Interview: Nizar Nagro, President, Rotana Media Services
Rotana’s new channel could break even in five years. That’s if they get the focus right.
May 26, 2011 3:18 by Nathalie Bontems
Rotana Media Services’ president Nizar Nagro tells Communicate what he sees the future holding for the Rotana Group
What media does RMS currently represent?
Rotana, of course, as well as Fox and LBC Sat. And three years ago we established a radio station, Rotana Delta, based in Lebanon. RMS was launched in 2004 as a company selling media advertising; [in terms of business volume] we already come second after Choueiri Group regionally, but our target is to become No. 1, maybe by next year.
What developments are in the pipeline?
We are investing in new programs for LBC Sat. On top of Star Academy, we have 11 new shows, such as Top Chef, a high-quality production that we shot in the Atlantis hotel, Dubai, and Celebrity Do It. We believe in investment, and in high quality on the production side.
As RMS, we are looking for more media to represent – we have no outside clients for the time being – but our priority remains to better establish our existing media. Our objective is to make sure that Rotana, LBC Sat and Fox are among the region’s top 10 TV stations. So far, three are part of that list; we expect to have four stations in the top 10 within the next two years. We may also launch a new TV station in Egypt. There are 80 million people in that country; marketing is improving every year there and the infrastructure is available. But investing in Egypt is not easy.
What about the upcoming television news station Rotana wants to launch?
It is supposed to be launched around October 2011, maybe from the UAE, Saudi Arabia, or Qatar. This decision hasn’t been made yet. We are looking, in terms of criteria, for a profit center, facilities and freedom. Our main market will be Saudi Arabia and, for the first phase, we’ll broadcast only in Arabic.
What will it be called?
We haven’t taken a final decision on the name yet.
With competition including Al Arabiya and Al Jazeera, this specific segment – television news – seems cluttered. Why launch another news station?
We will differentiate ourselves by being more local, by looking at local issues with a positive perspective, which is [Rotana owner Prince Al Waleed Bin Talal’s] way with everything. We won’t go to extremes, but we won’t be in the middle either. We’ll support the culture, but there’s no political agenda behind this station. To be clear: We want to become a major player, and we plan to be profitable.
How do you plan to be profitable? That’s quite rare for a news station.
Business people believe in consultants, so we hired McKinsey and Booz Allen Hamilton. We also requested research from TNS and Ipsos. Our research shows that it is possible to break even in five years.
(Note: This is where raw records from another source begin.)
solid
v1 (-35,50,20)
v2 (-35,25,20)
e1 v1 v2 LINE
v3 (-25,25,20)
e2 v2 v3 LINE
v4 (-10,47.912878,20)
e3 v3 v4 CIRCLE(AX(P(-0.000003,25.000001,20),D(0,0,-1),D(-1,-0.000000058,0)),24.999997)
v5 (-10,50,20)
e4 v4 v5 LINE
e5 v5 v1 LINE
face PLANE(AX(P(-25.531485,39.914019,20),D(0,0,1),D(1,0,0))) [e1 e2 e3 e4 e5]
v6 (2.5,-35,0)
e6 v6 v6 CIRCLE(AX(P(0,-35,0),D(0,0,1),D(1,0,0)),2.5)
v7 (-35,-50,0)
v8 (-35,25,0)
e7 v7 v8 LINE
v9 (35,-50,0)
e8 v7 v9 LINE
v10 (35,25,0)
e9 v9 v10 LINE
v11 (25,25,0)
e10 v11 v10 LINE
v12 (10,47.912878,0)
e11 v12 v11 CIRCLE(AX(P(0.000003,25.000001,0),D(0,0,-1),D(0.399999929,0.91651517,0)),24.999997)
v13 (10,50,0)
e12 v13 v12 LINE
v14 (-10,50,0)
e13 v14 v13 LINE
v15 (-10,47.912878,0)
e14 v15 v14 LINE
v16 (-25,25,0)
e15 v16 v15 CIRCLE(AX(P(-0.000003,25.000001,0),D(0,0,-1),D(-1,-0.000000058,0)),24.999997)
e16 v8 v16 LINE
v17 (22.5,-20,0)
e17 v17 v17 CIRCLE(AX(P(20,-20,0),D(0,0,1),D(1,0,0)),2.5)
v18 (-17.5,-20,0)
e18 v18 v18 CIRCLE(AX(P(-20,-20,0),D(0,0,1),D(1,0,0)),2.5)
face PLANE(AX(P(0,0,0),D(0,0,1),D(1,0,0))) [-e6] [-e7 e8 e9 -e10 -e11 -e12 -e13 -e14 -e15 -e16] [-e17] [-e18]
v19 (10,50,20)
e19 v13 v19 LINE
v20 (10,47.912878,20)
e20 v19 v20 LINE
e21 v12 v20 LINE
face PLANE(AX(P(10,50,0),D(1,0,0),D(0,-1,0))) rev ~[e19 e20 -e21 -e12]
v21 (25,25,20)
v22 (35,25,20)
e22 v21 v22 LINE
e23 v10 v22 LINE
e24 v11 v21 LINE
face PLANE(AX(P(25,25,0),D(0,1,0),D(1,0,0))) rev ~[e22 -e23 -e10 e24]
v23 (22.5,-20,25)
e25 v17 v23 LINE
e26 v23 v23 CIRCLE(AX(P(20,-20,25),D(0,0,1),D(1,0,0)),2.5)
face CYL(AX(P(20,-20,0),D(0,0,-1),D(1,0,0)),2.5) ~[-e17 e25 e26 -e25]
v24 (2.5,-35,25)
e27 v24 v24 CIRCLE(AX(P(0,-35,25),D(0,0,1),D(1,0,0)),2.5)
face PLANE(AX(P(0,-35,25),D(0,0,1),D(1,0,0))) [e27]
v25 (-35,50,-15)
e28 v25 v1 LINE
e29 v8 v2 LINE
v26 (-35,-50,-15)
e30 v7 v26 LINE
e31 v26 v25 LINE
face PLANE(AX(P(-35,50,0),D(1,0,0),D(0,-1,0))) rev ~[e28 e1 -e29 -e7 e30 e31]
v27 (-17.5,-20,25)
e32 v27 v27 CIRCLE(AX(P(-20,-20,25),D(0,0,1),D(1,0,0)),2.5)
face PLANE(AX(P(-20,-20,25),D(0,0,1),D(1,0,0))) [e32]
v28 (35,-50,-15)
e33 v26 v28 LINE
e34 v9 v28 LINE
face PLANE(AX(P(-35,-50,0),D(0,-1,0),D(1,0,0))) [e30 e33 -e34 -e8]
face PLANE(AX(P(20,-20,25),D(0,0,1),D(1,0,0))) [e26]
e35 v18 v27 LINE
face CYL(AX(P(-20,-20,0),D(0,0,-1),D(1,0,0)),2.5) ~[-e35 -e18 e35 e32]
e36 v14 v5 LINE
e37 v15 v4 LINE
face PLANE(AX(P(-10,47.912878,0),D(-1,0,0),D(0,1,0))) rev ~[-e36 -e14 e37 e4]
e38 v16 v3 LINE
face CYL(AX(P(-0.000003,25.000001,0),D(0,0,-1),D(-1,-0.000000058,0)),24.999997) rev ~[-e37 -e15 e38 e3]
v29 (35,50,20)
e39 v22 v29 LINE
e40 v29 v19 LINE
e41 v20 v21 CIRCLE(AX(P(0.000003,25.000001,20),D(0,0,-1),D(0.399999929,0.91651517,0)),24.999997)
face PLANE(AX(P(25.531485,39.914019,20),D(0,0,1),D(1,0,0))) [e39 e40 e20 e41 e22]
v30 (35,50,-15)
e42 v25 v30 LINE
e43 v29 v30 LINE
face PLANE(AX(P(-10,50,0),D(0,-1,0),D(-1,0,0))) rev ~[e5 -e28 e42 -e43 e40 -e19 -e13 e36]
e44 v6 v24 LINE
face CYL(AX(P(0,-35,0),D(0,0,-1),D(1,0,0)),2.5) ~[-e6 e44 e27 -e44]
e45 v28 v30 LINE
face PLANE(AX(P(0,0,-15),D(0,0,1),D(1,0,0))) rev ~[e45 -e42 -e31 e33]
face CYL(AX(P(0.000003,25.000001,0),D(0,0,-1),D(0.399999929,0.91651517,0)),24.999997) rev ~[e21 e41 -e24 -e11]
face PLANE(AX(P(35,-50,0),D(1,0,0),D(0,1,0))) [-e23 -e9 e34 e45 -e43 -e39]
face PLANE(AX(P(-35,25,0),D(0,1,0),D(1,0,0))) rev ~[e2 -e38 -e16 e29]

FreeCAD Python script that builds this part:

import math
import FreeCAD as App
import Part
import Sketcher


def add_polygon(sketch, points):
    """Adds a closed chain of lines whose ends are joined by coincident constraints."""
    first, n = sketch.GeometryCount, len(points)
    for a, b in zip(points, points[1:] + points[:1]):
        sketch.addGeometry(Part.LineSegment(App.Vector(*a, 0), App.Vector(*b, 0)), False)
    for i in range(n):
        sketch.addConstraint(Sketcher.Constraint("Coincident", first + i, 2, first + (i + 1) % n, 1))

doc = App.newDocument("Part")
body = doc.addObject("PartDesign::Body", "Body")

# Sketch on XY plane
sketch1 = body.newObject("Sketcher::SketchObject", "Sketch")
sketch1.AttachmentSupport = (doc.getObject("XY_Plane"), [""])
sketch1.MapMode = "FlatFace"
add_polygon(sketch1, [(-35, 50), (-35, -50), (35, -50), (35, 50)])  # lines 0-3
sketch1.addConstraint(Sketcher.Constraint("Vertical", 0))
sketch1.addConstraint(Sketcher.Constraint("Horizontal", 1))
sketch1.addConstraint(Sketcher.Constraint("Vertical", 2))
sketch1.addConstraint(Sketcher.Constraint("Horizontal", 3))
sketch1.addConstraint(Sketcher.Constraint("Symmetric", 0, 2, 2, 2, -1, 1))
sketch1.addConstraint(Sketcher.Constraint("DistanceX", 1, 1, 1, 2, 70.0))
sketch1.addConstraint(Sketcher.Constraint("DistanceY", 0, 2, 0, 1, 100.0))
pad1 = body.newObject("PartDesign::Pad", "Pad")
pad1.Profile = sketch1
pad1.Length = 15
pad1.Reversed = True

# Sketch on XY plane
sketch2 = body.newObject("Sketcher::SketchObject", "Sketch001")
sketch2.AttachmentSupport = (doc.getObject("XY_Plane"), [""])
sketch2.MapMode = "FlatFace"
sketch2.addGeometry(Part.LineSegment(App.Vector(-10, 47.9, 0), App.Vector(-10, 50, 0)), False)
sketch2.addGeometry(Part.LineSegment(App.Vector(-10, 50, 0), App.Vector(-35, 50, 0)), False)
sketch2.addGeometry(Part.LineSegment(App.Vector(-35, 50, 0), App.Vector(-35, 25, 0)), False)
sketch2.addGeometry(Part.LineSegment(App.Vector(-35, 25, 0), App.Vector(-25, 25, 0)), False)
sketch2.addGeometry(Part.ArcOfCircle(Part.Circle(App.Vector(0, 25, 0), App.Vector(0, 0, 1), 25), math.radians(114), math.radians(180)), False)
sketch2.addGeometry(Part.ArcOfCircle(Part.Circle(App.Vector(0, 25, 0), App.Vector(0, 0, 1), 25), math.radians(0), math.radians(66)), False)
sketch2.addGeometry(Part.LineSegment(App.Vector(25, 25, 0), App.Vector(35, 25, 0)), False)
sketch2.addGeometry(Part.LineSegment(App.Vector(35, 25, 0), App.Vector(35, 50, 0)), False)
sketch2.addGeometry(Part.LineSegment(App.Vector(35, 50, 0), App.Vector(10, 50, 0)), False)
sketch2.addGeometry(Part.LineSegment(App.Vector(10, 50, 0), App.Vector(10, 47.9, 0)), False)
sketch2.addConstraint(Sketcher.Constraint("Coincident", 0, 2, 1, 1))
sketch2.addConstraint(Sketcher.Constraint("Coincident", 1, 2, 2, 1))
sketch2.addConstraint(Sketcher.Constraint("Coincident", 2, 2, 3, 1))
sketch2.addConstraint(Sketcher.Constraint("Coincident", 3, 2, 4, 2))
sketch2.addConstraint(Sketcher.Constraint("Coincident", 4, 1, 0, 1))
sketch2.addConstraint(Sketcher.Constraint("Coincident", 5, 1, 6, 1))
sketch2.addConstraint(Sketcher.Constraint("Coincident", 6, 2, 7, 1))
sketch2.addConstraint(Sketcher.Constraint("Coincident", 7, 2, 8, 1))
sketch2.addConstraint(Sketcher.Constraint("Coincident", 8, 2, 9, 1))
sketch2.addConstraint(Sketcher.Constraint("Coincident", 9, 2, 5, 2))
sketch2.addConstraint(Sketcher.Constraint("Vertical", 0))
sketch2.addConstraint(Sketcher.Constraint("Horizontal", 1))
sketch2.addConstraint(Sketcher.Constraint("Vertical", 2))
sketch2.addConstraint(Sketcher.Constraint("Horizontal", 3))
sketch2.addConstraint(Sketcher.Constraint("Horizontal", 6))
sketch2.addConstraint(Sketcher.Constraint("Vertical", 7))
sketch2.addConstraint(Sketcher.Constraint("Horizontal", 8))
sketch2.addConstraint(Sketcher.Constraint("Vertical", 9))
sketch2.addConstraint(Sketcher.Constraint("Coincident", 5, 3, 4, 3))
sketch2.addConstraint(Sketcher.Constraint("Equal", 4, 5))
sketch2.addConstraint(Sketcher.Constraint("Symmetric", 3, 2, 5, 1, -2))
sketch2.addConstraint(Sketcher.Constraint("Symmetric", 1, 2, 7, 2, -2))
sketch2.addConstraint(Sketcher.Constraint("Horizontal", 5, 3, 2, 2))
sketch2.addConstraint(Sketcher.Constraint("Horizontal", 4, 1, 9, 2))
sketch2.addConstraint(Sketcher.Constraint("Equal", 8, 2))
sketch2.addConstraint(Sketcher.Constraint("DistanceX", 1, 2, 1, 1, 25.0))
sketch2.addConstraint(Sketcher.Constraint("DistanceX", 3, 1, 3, 2, 10.0))
sketch2.addConstraint(Sketcher.Constraint("DistanceY", -1, 1, 4, 3, 25.000001))
sketch2.addConstraint(Sketcher.Constraint("DistanceX", 0, 2, -1, 1, 10.0))
pad2 = body.newObject("PartDesign::Pad", "Pad001")
pad2.Profile = sketch2
pad2.Length = 20

# Sketch on XY plane
sketch3 = body.newObject("Sketcher::SketchObject", "Sketch002")
sketch3.AttachmentSupport = (doc.getObject("XY_Plane"), [""])
sketch3.MapMode = "FlatFace"
sketch3.addGeometry(Part.Circle(App.Vector(-20, -20, 0), App.Vector(0, 0, 1), 2.5), False)
sketch3.addGeometry(Part.Circle(App.Vector(0, -35, 0), App.Vector(0, 0, 1), 2.5), False)
sketch3.addGeometry(Part.Circle(App.Vector(20, -20, 0), App.Vector(0, 0, 1), 2.5), False)
sketch3.addConstraint(Sketcher.Constraint("Equal", 0, 1))
sketch3.addConstraint(Sketcher.Constraint("Equal", 1, 2))
sketch3.addConstraint(Sketcher.Constraint("Symmetric", 0, 3, 2, 3, -2))
sketch3.addConstraint(Sketcher.Constraint("PointOnObject", 1, 3, -2))
sketch3.addConstraint(Sketcher.Constraint("Diameter", 0, 5.0))
sketch3.addConstraint(Sketcher.Constraint("DistanceX", 0, 3, -1, 1, 20.0))
sketch3.addConstraint(Sketcher.Constraint("DistanceY", 0, 3, -1, 1, 20.0))
sketch3.addConstraint(Sketcher.Constraint("DistanceY", 1, 3, -1, 1, 35.0))
pad3 = body.newObject("PartDesign::Pad", "Pad002")
pad3.Profile = sketch3
pad3.Length = 25

doc.recompute()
We’ll target the banking sector, real estate and so on, both at a local and at an international level. The station will be fully owned by Prince Al Waleed, and it will have the support of Rotana – of which Al Waleed still owns around 90 percent. We hope that people meters will be launched in KSA by the time the station starts; they have already been approved, and this will help us tremendously.
What investment will be required to launch the station and then to operate it?
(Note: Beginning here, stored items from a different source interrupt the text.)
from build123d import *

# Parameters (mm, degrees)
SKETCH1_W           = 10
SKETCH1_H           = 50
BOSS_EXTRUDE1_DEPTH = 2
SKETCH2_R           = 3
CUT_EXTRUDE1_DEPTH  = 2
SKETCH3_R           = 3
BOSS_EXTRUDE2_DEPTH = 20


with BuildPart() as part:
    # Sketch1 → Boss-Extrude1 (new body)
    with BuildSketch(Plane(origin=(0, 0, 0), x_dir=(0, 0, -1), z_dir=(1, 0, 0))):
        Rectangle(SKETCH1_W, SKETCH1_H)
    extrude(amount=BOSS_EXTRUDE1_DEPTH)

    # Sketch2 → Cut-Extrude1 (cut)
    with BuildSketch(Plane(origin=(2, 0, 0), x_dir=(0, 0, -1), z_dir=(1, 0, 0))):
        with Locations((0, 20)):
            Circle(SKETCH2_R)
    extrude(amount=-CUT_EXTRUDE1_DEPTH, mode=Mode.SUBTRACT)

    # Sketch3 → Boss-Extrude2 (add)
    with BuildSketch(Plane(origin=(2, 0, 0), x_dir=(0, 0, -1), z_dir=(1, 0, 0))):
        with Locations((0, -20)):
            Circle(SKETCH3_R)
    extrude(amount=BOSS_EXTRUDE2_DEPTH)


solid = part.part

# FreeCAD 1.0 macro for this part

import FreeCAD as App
import Part
import Sketcher

V = App.Vector

doc = App.newDocument("Part")
params = doc.addObject("Spreadsheet::Sheet", "Params")
for row, (alias, value) in enumerate([
    ("sketch1_width", "50 mm"),
    ("sketch1_height", "10 mm"),
    ("pad1_length", "2 mm"),
    ("sketch2_diameter", "6 mm"),
    ("pocket1_length", "2 mm"),
    ("sketch3_diameter", "6 mm"),
    ("pad2_length", "20 mm"),
], start=1):
    params.set(f"A{row}", alias)
    params.set(f"B{row}", "=" + value)
    params.setAlias(f"B{row}", alias)

body = doc.addObject("PartDesign::Body", "Body")

# Sketch on YZ plane
sketch1 = body.newObject("Sketcher::SketchObject", "Sketch")
sketch1.AttachmentSupport = (doc.getObject("YZ_Plane"), [""])
sketch1.MapMode = "FlatFace"
sketch1.addGeometry([
    Part.LineSegment(V(25, 5, 0), V(-25, 5, 0)),
    Part.LineSegment(V(-25, 5, 0), V(-25, -5, 0)),
    Part.LineSegment(V(-25, -5, 0), V(25, -5, 0)),
    Part.LineSegment(V(25, -5, 0), V(25, 5, 0)),
], False)
sketch1.addConstraint([
    Sketcher.Constraint("Coincident", 0, 2, 1, 1),
    Sketcher.Constraint("Coincident", 1, 2, 2, 1),
    Sketcher.Constraint("Coincident", 2, 2, 3, 1),
    Sketcher.Constraint("Coincident", 3, 2, 0, 1),
    Sketcher.Constraint("Horizontal", 0),
    Sketcher.Constraint("Vertical", 1),
    Sketcher.Constraint("Horizontal", 2),
    Sketcher.Constraint("Vertical", 3),
    Sketcher.Constraint("Symmetric", 0, 2, 2, 2, -1, 1),
    Sketcher.Constraint("DistanceX", 0, 2, 0, 1, 50.0),
    Sketcher.Constraint("DistanceY", 1, 2, 1, 1, 10.0),
])
sketch1.setExpression("Constraints[9]", "Params.sketch1_width")
sketch1.setExpression("Constraints[10]", "Params.sketch1_height")
pad1 = body.newObject("PartDesign::Pad", "Pad")
pad1.Profile = sketch1
pad1.setExpression("Length", "Params.pad1_length")

# Sketch on YZ plane
sketch2 = body.newObject("Sketcher::SketchObject", "Sketch001")
sketch2.AttachmentSupport = (doc.getObject("YZ_Plane"), [""])
sketch2.MapMode = "FlatFace"
sketch2.AttachmentOffset = App.Placement(V(0, 0, 2), App.Rotation())
sketch2.addGeometry(Part.Circle(V(20, 0, 0), V(0, 0, 1), 3), False)
sketch2.addConstraint([
    Sketcher.Constraint("PointOnObject", 0, 3, -1),
    Sketcher.Constraint("Diameter", 0, 6.0),
    Sketcher.Constraint("DistanceX", -1, 1, 0, 3, 20.0),
])
sketch2.setExpression("Constraints[1]", "Params.sketch2_diameter")
pocket1 = body.newObject("PartDesign::Pocket", "Pocket")
pocket1.Profile = sketch2
pocket1.setExpression("Length", "Params.pocket1_length")

# Sketch on YZ plane
sketch3 = body.newObject("Sketcher::SketchObject", "Sketch002")
sketch3.AttachmentSupport = (doc.getObject("YZ_Plane"), [""])
sketch3.MapMode = "FlatFace"
sketch3.AttachmentOffset = App.Placement(V(0, 0, 2), App.Rotation())
sketch3.addGeometry(Part.Circle(V(-20, 0, 0), V(0, 0, 1), 3), False)
sketch3.addConstraint([
    Sketcher.Constraint("PointOnObject", 0, 3, -1),
    Sketcher.Constraint("Diameter", 0, 6.0),
    Sketcher.Constraint("DistanceX", 0, 3, -1, 1, 20.0),
])
sketch3.setExpression("Constraints[1]", "Params.sketch3_diameter")
pad2 = body.newObject("PartDesign::Pad", "Pad001")
pad2.Profile = sketch3
pad2.setExpression("Length", "Params.pad2_length")

doc.recompute()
We’ll invest $200 million in the station, and our yearly operational costs are estimated at $70 to $80 million.
The fact that another news station, Future News, may soon be shut down doesn’t worry you?
Future News should continue; it belongs to one of the largest groups [the Hariri Group] in the region. Maybe it focused on the wrong places, targeting all Arabs across the region. This leads to a mix of clients, and a lot of clutter. Fox News, by contrast, makes money because it has only one target: the US market. And maybe Future News was not expected to make money; maybe profitability wasn’t its main drive, whereas it is ours.
What is the role of Lebanon in all this?
Lebanon is very important in terms of high-quality production. We have a 150-person team in Lebanon, not to mention the 400-strong staff of LBC Sat and its production company PAC. Lebanon is more of a kitchen than a market.